Aim of the task: Only the lines from the start of the entries through the line with "#20=EDGE_CURVE('',#14,#14,#19,.T.);" are wanted; please output them exactly.

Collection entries
╭──

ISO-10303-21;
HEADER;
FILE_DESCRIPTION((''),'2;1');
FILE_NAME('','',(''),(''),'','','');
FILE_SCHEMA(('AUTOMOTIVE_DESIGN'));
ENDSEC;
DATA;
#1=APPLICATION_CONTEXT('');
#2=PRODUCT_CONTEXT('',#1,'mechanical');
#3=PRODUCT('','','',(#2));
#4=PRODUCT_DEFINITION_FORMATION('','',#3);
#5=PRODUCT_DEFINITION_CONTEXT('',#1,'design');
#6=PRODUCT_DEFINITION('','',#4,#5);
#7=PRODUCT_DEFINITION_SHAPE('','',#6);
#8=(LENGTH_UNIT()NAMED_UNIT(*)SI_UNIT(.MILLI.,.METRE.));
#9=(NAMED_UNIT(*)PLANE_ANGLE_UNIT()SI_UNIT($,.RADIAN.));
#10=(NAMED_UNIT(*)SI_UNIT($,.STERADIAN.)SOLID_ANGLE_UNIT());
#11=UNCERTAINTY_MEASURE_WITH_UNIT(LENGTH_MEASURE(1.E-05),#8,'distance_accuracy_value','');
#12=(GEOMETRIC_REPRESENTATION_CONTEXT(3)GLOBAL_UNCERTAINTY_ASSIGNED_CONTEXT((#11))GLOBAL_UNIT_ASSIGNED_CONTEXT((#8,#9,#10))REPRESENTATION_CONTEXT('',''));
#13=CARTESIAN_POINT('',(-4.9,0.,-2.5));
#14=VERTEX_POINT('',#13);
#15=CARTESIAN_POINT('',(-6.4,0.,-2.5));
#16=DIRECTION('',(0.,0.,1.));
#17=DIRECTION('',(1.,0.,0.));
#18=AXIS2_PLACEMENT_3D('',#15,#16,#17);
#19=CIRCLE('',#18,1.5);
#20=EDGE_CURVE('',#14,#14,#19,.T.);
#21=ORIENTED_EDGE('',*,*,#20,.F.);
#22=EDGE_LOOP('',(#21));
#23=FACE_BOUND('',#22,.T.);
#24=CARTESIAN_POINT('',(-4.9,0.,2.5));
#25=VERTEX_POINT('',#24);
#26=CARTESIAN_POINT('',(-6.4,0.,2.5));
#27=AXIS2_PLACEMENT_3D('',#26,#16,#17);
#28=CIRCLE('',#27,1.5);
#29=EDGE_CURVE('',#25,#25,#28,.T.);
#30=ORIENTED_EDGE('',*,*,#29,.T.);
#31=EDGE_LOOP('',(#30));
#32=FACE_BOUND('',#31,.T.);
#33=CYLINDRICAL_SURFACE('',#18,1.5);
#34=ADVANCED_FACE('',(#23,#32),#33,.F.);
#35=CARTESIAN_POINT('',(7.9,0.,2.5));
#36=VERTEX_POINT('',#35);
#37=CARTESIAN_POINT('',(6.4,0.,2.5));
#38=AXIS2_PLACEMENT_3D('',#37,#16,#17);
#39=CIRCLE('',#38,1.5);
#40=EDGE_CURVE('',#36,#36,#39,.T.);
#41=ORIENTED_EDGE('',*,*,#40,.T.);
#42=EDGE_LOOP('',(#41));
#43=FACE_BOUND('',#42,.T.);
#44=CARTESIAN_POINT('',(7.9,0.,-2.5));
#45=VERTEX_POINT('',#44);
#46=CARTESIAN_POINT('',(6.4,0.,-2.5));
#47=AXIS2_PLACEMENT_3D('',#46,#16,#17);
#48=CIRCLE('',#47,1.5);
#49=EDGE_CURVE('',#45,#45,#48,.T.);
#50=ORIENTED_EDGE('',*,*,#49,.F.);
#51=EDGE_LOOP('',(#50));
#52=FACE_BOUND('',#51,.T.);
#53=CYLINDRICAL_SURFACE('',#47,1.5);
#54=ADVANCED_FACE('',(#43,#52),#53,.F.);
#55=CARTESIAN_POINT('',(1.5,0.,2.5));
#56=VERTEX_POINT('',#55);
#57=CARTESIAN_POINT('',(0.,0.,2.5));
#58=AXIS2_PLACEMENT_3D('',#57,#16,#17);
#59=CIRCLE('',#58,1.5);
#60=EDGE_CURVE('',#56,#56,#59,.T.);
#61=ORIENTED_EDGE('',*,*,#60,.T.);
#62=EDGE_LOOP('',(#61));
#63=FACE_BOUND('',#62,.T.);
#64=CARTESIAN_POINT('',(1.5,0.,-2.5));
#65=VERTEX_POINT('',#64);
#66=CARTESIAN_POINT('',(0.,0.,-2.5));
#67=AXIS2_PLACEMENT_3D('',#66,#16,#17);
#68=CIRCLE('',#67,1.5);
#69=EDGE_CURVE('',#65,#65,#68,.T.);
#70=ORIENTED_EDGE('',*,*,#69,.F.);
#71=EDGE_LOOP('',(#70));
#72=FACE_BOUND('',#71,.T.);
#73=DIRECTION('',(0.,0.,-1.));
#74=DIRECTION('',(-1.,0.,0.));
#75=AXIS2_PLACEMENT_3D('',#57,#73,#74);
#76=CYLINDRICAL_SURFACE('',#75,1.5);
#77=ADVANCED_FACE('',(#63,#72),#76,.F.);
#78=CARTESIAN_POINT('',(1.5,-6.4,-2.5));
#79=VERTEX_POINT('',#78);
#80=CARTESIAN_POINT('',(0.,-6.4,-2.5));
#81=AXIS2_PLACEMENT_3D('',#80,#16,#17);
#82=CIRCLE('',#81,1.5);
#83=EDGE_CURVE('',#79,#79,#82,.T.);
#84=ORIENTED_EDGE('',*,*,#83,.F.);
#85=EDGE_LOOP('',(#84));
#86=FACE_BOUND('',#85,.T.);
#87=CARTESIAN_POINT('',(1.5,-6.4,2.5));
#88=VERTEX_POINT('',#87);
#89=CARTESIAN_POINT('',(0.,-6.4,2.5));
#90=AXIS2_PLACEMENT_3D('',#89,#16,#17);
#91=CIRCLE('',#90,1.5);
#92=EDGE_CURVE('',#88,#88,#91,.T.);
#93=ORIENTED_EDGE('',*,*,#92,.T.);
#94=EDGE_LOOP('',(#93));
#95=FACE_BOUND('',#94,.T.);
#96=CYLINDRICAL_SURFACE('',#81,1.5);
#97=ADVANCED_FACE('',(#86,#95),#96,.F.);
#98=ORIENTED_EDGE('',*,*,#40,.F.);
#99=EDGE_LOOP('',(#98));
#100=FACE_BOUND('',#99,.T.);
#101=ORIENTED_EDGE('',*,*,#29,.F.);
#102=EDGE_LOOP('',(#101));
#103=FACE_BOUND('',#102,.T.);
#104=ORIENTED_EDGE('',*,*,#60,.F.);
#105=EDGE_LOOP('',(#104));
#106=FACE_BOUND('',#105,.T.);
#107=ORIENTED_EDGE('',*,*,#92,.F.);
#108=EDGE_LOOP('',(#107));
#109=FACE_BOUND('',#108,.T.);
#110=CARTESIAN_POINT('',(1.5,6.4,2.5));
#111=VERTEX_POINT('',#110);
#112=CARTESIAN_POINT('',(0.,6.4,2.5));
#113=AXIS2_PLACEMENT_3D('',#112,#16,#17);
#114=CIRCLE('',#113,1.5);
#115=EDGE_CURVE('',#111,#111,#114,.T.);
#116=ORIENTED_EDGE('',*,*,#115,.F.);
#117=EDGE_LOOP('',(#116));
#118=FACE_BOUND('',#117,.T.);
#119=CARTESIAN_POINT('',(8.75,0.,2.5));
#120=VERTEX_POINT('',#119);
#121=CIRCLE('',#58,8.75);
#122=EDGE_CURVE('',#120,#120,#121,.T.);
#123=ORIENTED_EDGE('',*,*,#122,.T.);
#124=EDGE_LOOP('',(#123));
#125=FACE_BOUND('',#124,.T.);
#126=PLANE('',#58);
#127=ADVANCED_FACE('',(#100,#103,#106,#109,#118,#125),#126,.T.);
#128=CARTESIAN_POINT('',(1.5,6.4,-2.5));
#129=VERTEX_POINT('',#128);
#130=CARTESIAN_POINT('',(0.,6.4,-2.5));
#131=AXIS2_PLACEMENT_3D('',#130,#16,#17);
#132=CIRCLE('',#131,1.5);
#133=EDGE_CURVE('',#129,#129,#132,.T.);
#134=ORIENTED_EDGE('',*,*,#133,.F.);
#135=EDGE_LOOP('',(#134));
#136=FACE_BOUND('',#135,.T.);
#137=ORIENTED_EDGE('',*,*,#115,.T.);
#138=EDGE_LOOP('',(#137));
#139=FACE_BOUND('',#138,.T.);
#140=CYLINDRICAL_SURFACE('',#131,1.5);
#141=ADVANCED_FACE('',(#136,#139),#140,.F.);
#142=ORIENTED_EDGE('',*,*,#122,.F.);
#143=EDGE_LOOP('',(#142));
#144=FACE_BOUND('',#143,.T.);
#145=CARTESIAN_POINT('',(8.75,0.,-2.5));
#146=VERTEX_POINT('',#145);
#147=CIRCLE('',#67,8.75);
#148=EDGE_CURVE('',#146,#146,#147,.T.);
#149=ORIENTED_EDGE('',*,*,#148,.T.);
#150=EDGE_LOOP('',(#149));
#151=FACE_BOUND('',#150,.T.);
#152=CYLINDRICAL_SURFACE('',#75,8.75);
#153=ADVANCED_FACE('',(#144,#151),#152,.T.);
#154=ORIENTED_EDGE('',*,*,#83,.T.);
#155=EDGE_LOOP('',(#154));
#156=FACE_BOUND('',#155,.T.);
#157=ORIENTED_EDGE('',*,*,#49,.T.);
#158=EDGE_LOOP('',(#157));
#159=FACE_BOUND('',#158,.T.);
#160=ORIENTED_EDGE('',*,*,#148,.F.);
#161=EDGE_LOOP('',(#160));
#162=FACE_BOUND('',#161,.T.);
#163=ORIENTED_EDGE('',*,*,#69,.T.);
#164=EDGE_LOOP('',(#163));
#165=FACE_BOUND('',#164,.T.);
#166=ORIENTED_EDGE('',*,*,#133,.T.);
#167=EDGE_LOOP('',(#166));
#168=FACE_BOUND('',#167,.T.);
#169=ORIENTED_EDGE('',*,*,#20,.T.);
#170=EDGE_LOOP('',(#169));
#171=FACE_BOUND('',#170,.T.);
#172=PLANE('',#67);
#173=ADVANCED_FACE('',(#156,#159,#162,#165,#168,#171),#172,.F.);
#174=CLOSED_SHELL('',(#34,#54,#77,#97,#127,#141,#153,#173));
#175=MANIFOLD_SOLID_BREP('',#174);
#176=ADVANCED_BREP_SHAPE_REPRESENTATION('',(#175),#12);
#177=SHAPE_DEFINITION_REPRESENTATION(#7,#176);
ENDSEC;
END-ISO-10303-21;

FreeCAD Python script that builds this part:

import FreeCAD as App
import Part
import Sketcher

V = App.Vector

doc = App.newDocument("Part")
body = doc.addObject("PartDesign::Body", "Body")

# Sketch on XY plane
sketch1 = body.newObject("Sketcher::SketchObject", "Sketch")
sketch1.AttachmentSupport = (doc.getObject("XY_Plane"), [""])
sketch1.MapMode = "FlatFace"
sketch1.addGeometry([
    Part.Circle(V(0, 0, 0), V(0, 0, 1), 8.8),
    Part.Circle(V(0, 0, 0), V(0, 0, 1), 1.5),
], False)
sketch1.addConstraint([
    Sketcher.Constraint("Coincident", 0, 3, -1, 1),
    Sketcher.Constraint("Coincident", 1, 3, -1, 1),
    Sketcher.Constraint("Diameter", 1, 3.0),
    Sketcher.Constraint("Diameter", 0, 17.5),
])
pad1 = body.newObject("PartDesign::Pad", "Pad")
pad1.Profile = sketch1
pad1.Length = 5
pad1.Midplane = True

# Sketch on XY plane
sketch2 = body.newObject("Sketcher::SketchObject", "Sketch001")
sketch2.AttachmentSupport = (doc.getObject("XY_Plane"), [""])
sketch2.MapMode = "FlatFace"
sketch2.addGeometry([
    Part.Circle(V(0, 6.4, 0), V(0, 0, 1), 1.5),
    Part.Circle(V(6.4, 0, 0), V(0, 0, 1), 1.5),
    Part.Circle(V(0, -6.4, 0), V(0, 0, 1), 1.5),
    Part.Circle(V(-6.4, 0, 0), V(0, 0, 1), 1.5),
], False)
sketch2.addConstraint([
    Sketcher.Constraint("Equal", 0, 1),
    Sketcher.Constraint("Equal", 1, 2),
    Sketcher.Constraint("Equal", 2, 3),
    Sketcher.Constraint("Symmetric", 0, 3, 2, 3, -1, 1),
    Sketcher.Constraint("Symmetric", 1, 3, 3, 3, -1, 1),
    Sketcher.Constraint("PointOnObject", 0, 3, -2),
    Sketcher.Constraint("PointOnObject", 1, 3, -1),
    Sketcher.Constraint("Diameter", 0, 3.0),
    Sketcher.Constraint("DistanceY", -1, 1, 0, 3, 6.4),
    Sketcher.Constraint("DistanceX", -1, 1, 1, 3, 6.4),
])
pocket1 = body.newObject("PartDesign::Pocket", "Pocket")
pocket1.Profile = sketch2
pocket1.Type = "ThroughAll"
pocket1.Midplane = True

doc.recompute()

╰──

Exercise response:
ISO-10303-21;
HEADER;
FILE_DESCRIPTION((''),'2;1');
FILE_NAME('','',(''),(''),'','','');
FILE_SCHEMA(('AUTOMOTIVE_DESIGN'));
ENDSEC;
DATA;
#1=APPLICATION_CONTEXT('');
#2=PRODUCT_CONTEXT('',#1,'mechanical');
#3=PRODUCT('','','',(#2));
#4=PRODUCT_DEFINITION_FORMATION('','',#3);
#5=PRODUCT_DEFINITION_CONTEXT('',#1,'design');
#6=PRODUCT_DEFINITION('','',#4,#5);
#7=PRODUCT_DEFINITION_SHAPE('','',#6);
#8=(LENGTH_UNIT()NAMED_UNIT(*)SI_UNIT(.MILLI.,.METRE.));
#9=(NAMED_UNIT(*)PLANE_ANGLE_UNIT()SI_UNIT($,.RADIAN.));
#10=(NAMED_UNIT(*)SI_UNIT($,.STERADIAN.)SOLID_ANGLE_UNIT());
#11=UNCERTAINTY_MEASURE_WITH_UNIT(LENGTH_MEASURE(1.E-05),#8,'distance_accuracy_value','');
#12=(GEOMETRIC_REPRESENTATION_CONTEXT(3)GLOBAL_UNCERTAINTY_ASSIGNED_CONTEXT((#11))GLOBAL_UNIT_ASSIGNED_CONTEXT((#8,#9,#10))REPRESENTATION_CONTEXT('',''));
#13=CARTESIAN_POINT('',(-4.9,0.,-2.5));
#14=VERTEX_POINT('',#13);
#15=CARTESIAN_POINT('',(-6.4,0.,-2.5));
#16=DIRECTION('',(0.,0.,1.));
#17=DIRECTION('',(1.,0.,0.));
#18=AXIS2_PLACEMENT_3D('',#15,#16,#17);
#19=CIRCLE('',#18,1.5);
#20=EDGE_CURVE('',#14,#14,#19,.T.);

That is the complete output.